▶ _Requirement_: In the records below, find the line holding "f 161 101 144" and the line holding "f 280 195 194". Set down both, with every line between them, exactly.

BEGIN

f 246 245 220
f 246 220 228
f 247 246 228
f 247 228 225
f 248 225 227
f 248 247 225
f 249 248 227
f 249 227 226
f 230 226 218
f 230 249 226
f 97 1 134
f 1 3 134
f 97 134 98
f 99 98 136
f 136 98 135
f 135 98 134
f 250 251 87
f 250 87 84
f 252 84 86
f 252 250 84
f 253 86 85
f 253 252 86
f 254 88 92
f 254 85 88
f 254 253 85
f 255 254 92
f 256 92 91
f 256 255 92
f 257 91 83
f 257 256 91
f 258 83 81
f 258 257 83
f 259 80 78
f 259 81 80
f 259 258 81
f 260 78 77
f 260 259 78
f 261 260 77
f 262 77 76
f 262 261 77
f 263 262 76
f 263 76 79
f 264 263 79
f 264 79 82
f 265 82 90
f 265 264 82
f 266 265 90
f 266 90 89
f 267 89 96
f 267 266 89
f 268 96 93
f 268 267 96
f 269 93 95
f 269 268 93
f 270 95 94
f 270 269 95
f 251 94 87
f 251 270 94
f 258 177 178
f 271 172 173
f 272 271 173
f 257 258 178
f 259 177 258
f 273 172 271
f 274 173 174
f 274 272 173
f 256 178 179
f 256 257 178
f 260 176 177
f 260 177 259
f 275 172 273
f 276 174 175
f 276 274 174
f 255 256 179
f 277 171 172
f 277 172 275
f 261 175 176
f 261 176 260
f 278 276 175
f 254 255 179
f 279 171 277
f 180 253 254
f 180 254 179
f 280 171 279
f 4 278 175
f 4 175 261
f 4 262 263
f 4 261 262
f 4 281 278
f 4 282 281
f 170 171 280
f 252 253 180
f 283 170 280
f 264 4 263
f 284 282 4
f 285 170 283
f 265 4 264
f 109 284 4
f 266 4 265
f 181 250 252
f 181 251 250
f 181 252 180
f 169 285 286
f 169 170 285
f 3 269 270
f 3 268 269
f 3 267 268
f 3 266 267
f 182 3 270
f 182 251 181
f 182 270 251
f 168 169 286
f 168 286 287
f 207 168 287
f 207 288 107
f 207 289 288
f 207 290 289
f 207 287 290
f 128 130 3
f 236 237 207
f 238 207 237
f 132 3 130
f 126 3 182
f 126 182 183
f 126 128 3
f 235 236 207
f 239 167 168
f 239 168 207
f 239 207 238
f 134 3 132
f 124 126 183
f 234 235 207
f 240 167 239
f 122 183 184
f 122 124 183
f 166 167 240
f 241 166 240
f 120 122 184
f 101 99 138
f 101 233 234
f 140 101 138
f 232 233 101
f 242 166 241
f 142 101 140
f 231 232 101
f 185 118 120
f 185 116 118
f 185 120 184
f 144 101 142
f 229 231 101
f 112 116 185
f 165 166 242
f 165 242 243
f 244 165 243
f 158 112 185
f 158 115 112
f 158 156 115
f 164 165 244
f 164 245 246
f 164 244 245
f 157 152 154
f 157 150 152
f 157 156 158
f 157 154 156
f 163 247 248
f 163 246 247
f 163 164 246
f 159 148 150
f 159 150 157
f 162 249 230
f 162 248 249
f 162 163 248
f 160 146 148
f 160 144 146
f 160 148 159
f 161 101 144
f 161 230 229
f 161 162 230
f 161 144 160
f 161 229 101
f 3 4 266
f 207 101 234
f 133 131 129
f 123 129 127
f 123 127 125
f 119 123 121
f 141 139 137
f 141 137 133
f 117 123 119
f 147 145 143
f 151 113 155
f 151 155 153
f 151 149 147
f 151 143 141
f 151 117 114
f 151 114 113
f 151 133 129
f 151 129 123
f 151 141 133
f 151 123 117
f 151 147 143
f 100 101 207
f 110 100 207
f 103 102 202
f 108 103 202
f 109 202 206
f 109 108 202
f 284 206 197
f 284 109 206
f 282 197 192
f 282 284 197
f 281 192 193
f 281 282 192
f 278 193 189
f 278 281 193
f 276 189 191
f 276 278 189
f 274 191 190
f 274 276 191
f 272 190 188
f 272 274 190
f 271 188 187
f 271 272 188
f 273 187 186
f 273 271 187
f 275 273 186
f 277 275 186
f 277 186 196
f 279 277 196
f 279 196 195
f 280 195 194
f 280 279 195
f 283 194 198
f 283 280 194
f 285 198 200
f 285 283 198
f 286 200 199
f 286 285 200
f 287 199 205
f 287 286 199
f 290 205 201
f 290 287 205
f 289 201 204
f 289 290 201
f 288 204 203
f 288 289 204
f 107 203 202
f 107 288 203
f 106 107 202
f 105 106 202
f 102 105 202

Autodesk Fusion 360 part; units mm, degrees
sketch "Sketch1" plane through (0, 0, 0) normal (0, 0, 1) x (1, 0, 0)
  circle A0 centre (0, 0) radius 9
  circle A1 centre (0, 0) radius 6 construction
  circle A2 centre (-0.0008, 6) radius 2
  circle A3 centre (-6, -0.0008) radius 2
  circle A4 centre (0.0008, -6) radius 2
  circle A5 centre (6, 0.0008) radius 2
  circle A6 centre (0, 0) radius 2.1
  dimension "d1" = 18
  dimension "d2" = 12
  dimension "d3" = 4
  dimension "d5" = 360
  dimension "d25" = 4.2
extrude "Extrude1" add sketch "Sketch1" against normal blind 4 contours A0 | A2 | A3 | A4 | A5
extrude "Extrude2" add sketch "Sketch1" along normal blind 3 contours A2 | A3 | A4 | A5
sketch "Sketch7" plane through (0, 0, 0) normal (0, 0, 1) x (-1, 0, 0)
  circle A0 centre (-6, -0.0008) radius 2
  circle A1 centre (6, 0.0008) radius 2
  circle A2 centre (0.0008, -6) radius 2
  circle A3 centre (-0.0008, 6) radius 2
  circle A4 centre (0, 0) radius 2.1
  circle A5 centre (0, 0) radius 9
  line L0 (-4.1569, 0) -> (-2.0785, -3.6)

END

▶ _Solved exercise_:
f 161 101 144
f 161 230 229
f 161 162 230
f 161 144 160
f 161 229 101
f 3 4 266
f 207 101 234
f 133 131 129
f 123 129 127
f 123 127 125
f 119 123 121
f 141 139 137
f 141 137 133
f 117 123 119
f 147 145 143
f 151 113 155
f 151 155 153
f 151 149 147
f 151 143 141
f 151 117 114
f 151 114 113
f 151 133 129
f 151 129 123
f 151 141 133
f 151 123 117
f 151 147 143
f 100 101 207
f 110 100 207
f 103 102 202
f 108 103 202
f 109 202 206
f 109 108 202
f 284 206 197
f 284 109 206
f 282 197 192
f 282 284 197
f 281 192 193
f 281 282 192
f 278 193 189
f 278 281 193
f 276 189 191
f 276 278 189
f 274 191 190
f 274 276 191
f 272 190 188
f 272 274 190
f 271 188 187
f 271 272 188
f 273 187 186
f 273 271 187
f 275 273 186
f 277 275 186
f 277 186 196
f 279 277 196
f 279 196 195
f 280 195 194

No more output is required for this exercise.